Optimization Strategies for Improved Performance of Nano-Hybrid Wood/Polymer Composites Through Response Surface Methodology

Abstract

Response surface methodology (RSM) was used to optimize the preparation conditions of nano-hybrid wood/polymer composites with montmorillonite (MMT) and furfuryl alcohol (FA). The effects of MMT amount, impregnation pressure and impregnation time on weigh percent gain (WPG) of treated samples were evaluated with Box-Behnken design (BBD) of a 3-level-3-factor from RSM. The predictive model for the response was extremely significant (p < 0.01). The determination coefficient (√R2) and the adjusted determination coefficient (VR2) of this model were 0.9651 and 0.9203, respectively. The optimal preparation conditions obtained by RSM design with the assistance of Design Expert were determined as follows: 4 wt% MMT amount, 0.8 MPa impregnation pressure, and 80 min impregnation time.

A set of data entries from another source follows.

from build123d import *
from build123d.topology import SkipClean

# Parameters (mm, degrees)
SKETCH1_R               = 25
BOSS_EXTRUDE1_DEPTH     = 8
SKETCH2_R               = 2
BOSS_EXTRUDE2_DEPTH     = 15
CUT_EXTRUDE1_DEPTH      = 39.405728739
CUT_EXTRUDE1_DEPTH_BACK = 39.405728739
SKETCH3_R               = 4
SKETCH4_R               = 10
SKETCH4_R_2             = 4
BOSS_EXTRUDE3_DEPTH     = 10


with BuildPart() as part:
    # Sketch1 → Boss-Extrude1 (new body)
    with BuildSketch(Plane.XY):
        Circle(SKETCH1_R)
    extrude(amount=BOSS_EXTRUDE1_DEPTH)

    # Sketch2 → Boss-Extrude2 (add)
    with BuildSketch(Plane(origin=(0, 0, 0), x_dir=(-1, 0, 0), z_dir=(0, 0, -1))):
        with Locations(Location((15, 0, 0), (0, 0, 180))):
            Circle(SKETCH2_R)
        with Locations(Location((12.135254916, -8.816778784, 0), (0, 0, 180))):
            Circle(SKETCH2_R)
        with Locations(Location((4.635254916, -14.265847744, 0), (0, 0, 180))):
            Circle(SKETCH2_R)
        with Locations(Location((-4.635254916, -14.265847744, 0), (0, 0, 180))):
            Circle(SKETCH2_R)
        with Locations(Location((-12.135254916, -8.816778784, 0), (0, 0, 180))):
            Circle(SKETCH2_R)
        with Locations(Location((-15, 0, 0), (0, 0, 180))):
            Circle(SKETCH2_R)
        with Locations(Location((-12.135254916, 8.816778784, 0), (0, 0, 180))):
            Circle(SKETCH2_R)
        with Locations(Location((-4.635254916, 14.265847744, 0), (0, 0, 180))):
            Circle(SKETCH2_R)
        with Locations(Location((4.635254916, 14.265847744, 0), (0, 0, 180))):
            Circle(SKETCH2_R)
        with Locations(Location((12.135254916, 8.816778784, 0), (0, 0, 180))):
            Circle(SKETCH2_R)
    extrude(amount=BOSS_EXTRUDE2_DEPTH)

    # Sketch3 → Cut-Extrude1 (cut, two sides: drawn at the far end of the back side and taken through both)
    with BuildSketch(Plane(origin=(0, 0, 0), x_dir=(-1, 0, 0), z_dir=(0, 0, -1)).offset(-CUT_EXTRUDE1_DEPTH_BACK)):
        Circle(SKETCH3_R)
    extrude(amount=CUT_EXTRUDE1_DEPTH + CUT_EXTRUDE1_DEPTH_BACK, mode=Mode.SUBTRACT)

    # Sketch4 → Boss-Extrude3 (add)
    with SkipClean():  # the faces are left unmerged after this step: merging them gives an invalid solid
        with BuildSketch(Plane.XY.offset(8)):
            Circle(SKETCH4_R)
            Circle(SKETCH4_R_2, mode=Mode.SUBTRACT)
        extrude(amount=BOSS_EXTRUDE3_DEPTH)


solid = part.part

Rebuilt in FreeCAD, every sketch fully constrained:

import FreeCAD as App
import Part
import Sketcher

V = App.Vector

doc = App.newDocument("Part")
body = doc.addObject("PartDesign::Body", "Body")

# Sketch on XY plane
sketch1 = doc.addObject("Sketcher::SketchObject", "Sketch")
body.addObject(sketch1)
sketch1.AttachmentSupport = (doc.XY_Plane, [""])
sketch1.MapMode = "FlatFace"
sketch1.addGeometry(Part.Circle(V(0, 0, 0), V(0, 0, 1), 25), False)
sketch1.addConstraint(Sketcher.Constraint("Coincident", 0, 3, -1, 1))
sketch1.addConstraint(Sketcher.Constraint("Diameter", 0, 50.0))
pad1 = doc.addObject("PartDesign::Pad", "Pad")
body.addObject(pad1)
pad1.Profile = sketch1
pad1.Length = 8

# Sketch on XY plane
sketch2 = doc.addObject("Sketcher::SketchObject", "Sketch001")
body.addObject(sketch2)
sketch2.AttachmentSupport = (doc.XY_Plane, [""])
sketch2.MapMode = "FlatFace"
sketch2.addGeometry(Part.Circle(V(-15, 0, 0), V(0, 0, 1), 2), False)
sketch2.addGeometry(Part.Circle(V(-12.135255, -8.816779, 0), V(0, 0, 1), 2), False)
sketch2.addGeometry(Part.Circle(V(-4.635255, -14.265848, 0), V(0, 0, 1), 2), False)
sketch2.addGeometry(Part.Circle(V(4.635255, -14.265848, 0), V(0, 0, 1), 2), False)
sketch2.addGeometry(Part.Circle(V(12.135255, -8.816779, 0), V(0, 0, 1), 2), False)
sketch2.addGeometry(Part.Circle(V(15, 0, 0), V(0, 0, 1), 2), False)
sketch2.addGeometry(Part.Circle(V(12.135255, 8.816779, 0), V(0, 0, 1), 2), False)
sketch2.addGeometry(Part.Circle(V(4.635255, 14.265848, 0), V(0, 0, 1), 2), False)
sketch2.addGeometry(Part.Circle(V(-4.635255, 14.265848, 0), V(0, 0, 1), 2), False)
sketch2.addGeometry(Part.Circle(V(-12.135255, 8.816779, 0), V(0, 0, 1), 2), False)
sketch2.addConstraint(Sketcher.Constraint("Equal", 0, 1))
sketch2.addConstraint(Sketcher.Constraint("Equal", 1, 2))
sketch2.addConstraint(Sketcher.Constraint("Equal", 2, 3))
sketch2.addConstraint(Sketcher.Constraint("Equal", 3, 4))
sketch2.addConstraint(Sketcher.Constraint("Equal", 4, 5))
sketch2.addConstraint(Sketcher.Constraint("Equal", 5, 6))
sketch2.addConstraint(Sketcher.Constraint("Equal", 6, 7))
sketch2.addConstraint(Sketcher.Constraint("Equal", 7, 8))
sketch2.addConstraint(Sketcher.Constraint("Equal", 8, 9))
sketch2.addConstraint(Sketcher.Constraint("Symmetric", 0, 3, 5, 3, -1, 1))
sketch2.addConstraint(Sketcher.Constraint("Symmetric", 1, 3, 6, 3, -1, 1))
sketch2.addConstraint(Sketcher.Constraint("Symmetric", 2, 3, 7, 3, -1, 1))
sketch2.addConstraint(Sketcher.Constraint("Symmetric", 3, 3, 8, 3, -1, 1))
sketch2.addConstraint(Sketcher.Constraint("Symmetric", 4, 3, 9, 3, -1, 1))
sketch2.addConstraint(Sketcher.Constraint("Symmetric", 2, 3, 3, 3, -2))
sketch2.addConstraint(Sketcher.Constraint("Symmetric", 1, 3, 4, 3, -2))
sketch2.addConstraint(Sketcher.Constraint("PointOnObject", 0, 3, -1))
sketch2.addConstraint(Sketcher.Constraint("Diameter", 0, 4.0))
sketch2.addConstraint(Sketcher.Constraint("DistanceX", 0, 3, -1, 1, 15.0))
sketch2.addConstraint(Sketcher.Constraint("DistanceX", 1, 3, 2, 3, 7.5))
sketch2.addConstraint(Sketcher.Constraint("DistanceY", 1, 3, -1, 1, 8.816779))
sketch2.addConstraint(Sketcher.Constraint("DistanceY", 2, 3, 1, 3, 5.449069))
sketch2.addConstraint(Sketcher.Constraint("DistanceX", 2, 3, 3, 3, 9.27051))
pad2 = doc.addObject("PartDesign::Pad", "Pad001")
body.addObject(pad2)
pad2.Profile = sketch2
pad2.Length = 15
pad2.Reversed = True

# Sketch on XY plane
sketch3 = doc.addObject("Sketcher::SketchObject", "Sketch002")
body.addObject(sketch3)
sketch3.AttachmentSupport = (doc.XY_Plane, [""])
sketch3.MapMode = "FlatFace"
sketch3.addGeometry(Part.Circle(V(0, 0, 0), V(0, 0, 1), 4), False)
sketch3.addConstraint(Sketcher.Constraint("Coincident", 0, 3, -1, 1))
sketch3.addConstraint(Sketcher.Constraint("Diameter", 0, 8.0))
pocket1 = doc.addObject("PartDesign::Pocket", "Pocket")
body.addObject(pocket1)
pocket1.Profile = sketch3
pocket1.Type = "ThroughAll"
pocket1.Midplane = True

# Sketch on XY plane
sketch4 = doc.addObject("Sketcher::SketchObject", "Sketch003")
body.addObject(sketch4)
sketch4.AttachmentSupport = (doc.XY_Plane, [""])
sketch4.MapMode = "FlatFace"
sketch4.AttachmentOffset = App.Placement(V(0, 0, 8), App.Rotation())
sketch4.addGeometry(Part.Circle(V(0, 0, 0), V(0, 0, 1), 10), False)
sketch4.addGeometry(Part.Circle(V(0, 0, 0), V(0, 0, 1), 4), False)
sketch4.addConstraint(Sketcher.Constraint("Coincident", 0, 3, -1, 1))
sketch4.addConstraint(Sketcher.Constraint("Coincident", 1, 3, -1, 1))
sketch4.addConstraint(Sketcher.Constraint("Diameter", 0, 20.0))
sketch4.addConstraint(Sketcher.Constraint("Diameter", 1, 8.0))
pad3 = doc.addObject("PartDesign::Pad", "Pad002")
body.addObject(pad3)
pad3.Profile = sketch4
pad3.Length = 10

doc.recompute()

It could be concluded from the SEM images that MMT and FA coated the cell walls and filled cell lumens. Moreover, the thermal stability was also investigated. The effects of preparation conditions were further validated by analyzing the water uptake ratio (WU), modulus of elasticity (MOE) and modulus of rupture (MOR) of the pristine samples and the treated samples prepared under optimized conditions.